- [WORK TASK]: For the listing below, output exactly the lines from the line with "Line((7.25, -13.35), (7.25, -9.25))" up to and including the line with "Line((9.25, -25.85), (31.95, -25.85))", and no other lines.

====

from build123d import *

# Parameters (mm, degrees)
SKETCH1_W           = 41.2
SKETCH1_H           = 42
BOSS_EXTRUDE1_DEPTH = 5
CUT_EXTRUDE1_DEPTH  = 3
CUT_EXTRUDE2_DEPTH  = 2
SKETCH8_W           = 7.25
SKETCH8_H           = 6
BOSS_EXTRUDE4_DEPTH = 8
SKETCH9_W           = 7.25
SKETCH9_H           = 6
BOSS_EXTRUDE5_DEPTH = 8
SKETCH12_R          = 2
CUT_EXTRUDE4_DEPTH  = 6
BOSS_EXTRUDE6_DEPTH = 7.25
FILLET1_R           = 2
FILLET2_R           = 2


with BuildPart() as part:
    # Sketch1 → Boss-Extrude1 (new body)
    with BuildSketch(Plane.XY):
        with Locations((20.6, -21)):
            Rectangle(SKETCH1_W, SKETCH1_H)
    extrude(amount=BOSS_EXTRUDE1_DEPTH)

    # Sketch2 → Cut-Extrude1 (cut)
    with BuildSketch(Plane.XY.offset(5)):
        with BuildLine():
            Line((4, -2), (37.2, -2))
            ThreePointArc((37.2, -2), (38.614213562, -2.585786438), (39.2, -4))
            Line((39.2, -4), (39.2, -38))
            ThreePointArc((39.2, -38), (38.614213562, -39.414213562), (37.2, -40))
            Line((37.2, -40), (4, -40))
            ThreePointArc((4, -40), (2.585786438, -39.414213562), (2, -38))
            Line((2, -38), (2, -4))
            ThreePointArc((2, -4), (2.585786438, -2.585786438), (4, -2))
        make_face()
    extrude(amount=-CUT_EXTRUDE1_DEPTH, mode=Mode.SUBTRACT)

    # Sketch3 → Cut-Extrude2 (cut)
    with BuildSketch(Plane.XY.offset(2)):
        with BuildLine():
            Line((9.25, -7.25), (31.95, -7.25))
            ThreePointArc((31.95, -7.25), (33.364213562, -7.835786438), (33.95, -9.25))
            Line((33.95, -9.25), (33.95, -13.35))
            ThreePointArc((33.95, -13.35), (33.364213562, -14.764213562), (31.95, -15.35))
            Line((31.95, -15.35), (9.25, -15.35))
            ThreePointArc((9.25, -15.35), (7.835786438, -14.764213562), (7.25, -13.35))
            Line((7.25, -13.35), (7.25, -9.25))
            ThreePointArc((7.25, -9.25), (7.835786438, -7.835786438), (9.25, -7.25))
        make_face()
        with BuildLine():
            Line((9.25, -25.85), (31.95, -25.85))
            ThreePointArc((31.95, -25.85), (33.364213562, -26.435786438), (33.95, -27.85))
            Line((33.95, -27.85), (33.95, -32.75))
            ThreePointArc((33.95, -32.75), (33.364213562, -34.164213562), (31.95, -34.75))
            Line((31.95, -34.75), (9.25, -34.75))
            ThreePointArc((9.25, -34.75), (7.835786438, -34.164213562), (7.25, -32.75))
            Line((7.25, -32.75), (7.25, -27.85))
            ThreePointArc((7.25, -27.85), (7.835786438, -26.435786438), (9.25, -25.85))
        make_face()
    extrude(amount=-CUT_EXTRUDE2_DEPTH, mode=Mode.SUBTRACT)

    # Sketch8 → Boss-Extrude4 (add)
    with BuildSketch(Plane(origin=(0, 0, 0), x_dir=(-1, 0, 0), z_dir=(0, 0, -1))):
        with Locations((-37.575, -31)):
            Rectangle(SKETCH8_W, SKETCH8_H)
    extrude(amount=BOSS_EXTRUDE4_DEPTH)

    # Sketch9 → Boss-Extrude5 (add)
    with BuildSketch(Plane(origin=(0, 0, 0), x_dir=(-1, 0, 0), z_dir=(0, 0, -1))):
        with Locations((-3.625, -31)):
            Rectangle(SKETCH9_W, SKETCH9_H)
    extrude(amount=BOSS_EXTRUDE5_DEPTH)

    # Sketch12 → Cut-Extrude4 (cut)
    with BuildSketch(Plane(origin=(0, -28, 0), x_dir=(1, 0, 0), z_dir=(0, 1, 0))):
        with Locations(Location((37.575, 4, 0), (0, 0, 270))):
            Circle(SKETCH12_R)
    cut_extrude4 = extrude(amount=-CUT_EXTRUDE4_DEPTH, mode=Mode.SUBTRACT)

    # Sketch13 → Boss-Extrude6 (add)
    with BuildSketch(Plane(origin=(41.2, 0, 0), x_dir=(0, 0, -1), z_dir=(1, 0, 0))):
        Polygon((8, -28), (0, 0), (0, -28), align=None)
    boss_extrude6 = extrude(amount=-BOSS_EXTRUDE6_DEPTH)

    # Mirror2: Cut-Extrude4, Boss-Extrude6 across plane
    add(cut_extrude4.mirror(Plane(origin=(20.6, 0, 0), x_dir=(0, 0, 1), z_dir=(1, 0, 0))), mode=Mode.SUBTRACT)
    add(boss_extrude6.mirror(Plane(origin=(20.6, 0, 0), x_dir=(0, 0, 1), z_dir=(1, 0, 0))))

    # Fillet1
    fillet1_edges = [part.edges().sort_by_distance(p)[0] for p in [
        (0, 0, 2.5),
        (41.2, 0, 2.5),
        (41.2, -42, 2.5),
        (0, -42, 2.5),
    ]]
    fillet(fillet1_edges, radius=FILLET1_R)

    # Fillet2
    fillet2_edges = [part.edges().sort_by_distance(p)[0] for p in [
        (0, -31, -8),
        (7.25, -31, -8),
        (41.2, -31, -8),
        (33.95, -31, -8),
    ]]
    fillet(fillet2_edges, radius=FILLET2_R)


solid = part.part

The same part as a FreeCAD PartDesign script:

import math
import FreeCAD as App
import Part
import Sketcher
from FreeCAD import Vector


def edges_at(feature, points):
    """Names of the edges that pass closest to the given points."""
    edges = feature.Shape.Edges
    near = lambda p: min(range(len(edges)), key=lambda i: edges[i].distToShape(Part.Vertex(*p))[0])
    return sorted({f"Edge{near(p) + 1}" for p in points})

doc = App.newDocument("Part")
params = doc.addObject("Spreadsheet::Sheet", "Params")
for row, (alias, value) in enumerate([
    ("sketch1_height", "42 mm"),
    ("sketch1_width", "41.2 mm"),
    ("pad1_length", "5 mm"),
    ("sketch2_radius", "2 mm"),
    ("sketch2_height", "34 mm"),
    ("sketch2_width", "33.2 mm"),
    ("pocket1_length", "3 mm"),
    ("sketch3_radius", "2 mm"),
    ("sketch3_width", "22.7 mm"),
    ("sketch3_height", "4.1 mm"),
    ("sketch3_height2", "4.9 mm"),
    ("pocket2_length", "2 mm"),
    ("sketch4_height", "6 mm"),
    ("sketch4_width", "7.25 mm"),
    ("pad2_length", "8 mm"),
    ("sketch5_height", "6 mm"),
    ("sketch5_width", "7.25 mm"),
    ("pad3_length", "8 mm"),
    ("sketch6_diameter", "4 mm"),
    ("pocket3_length", "6 mm"),
    ("sketch7_width", "28 mm"),
    ("sketch7_height", "8 mm"),
    ("pad4_length", "7.25 mm"),
    ("fillet_radius", "2 mm"),
    ("fillet2_radius", "2 mm"),
], start=1):
    params.set(f"A{row}", alias)
    params.set(f"B{row}", "=" + value)
    params.setAlias(f"B{row}", alias)

body = doc.addObject("PartDesign::Body", "Body")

====

- [THE ANSWER]:
            Line((7.25, -13.35), (7.25, -9.25))
            ThreePointArc((7.25, -9.25), (7.835786438, -7.835786438), (9.25, -7.25))
        make_face()
        with BuildLine():
            Line((9.25, -25.85), (31.95, -25.85))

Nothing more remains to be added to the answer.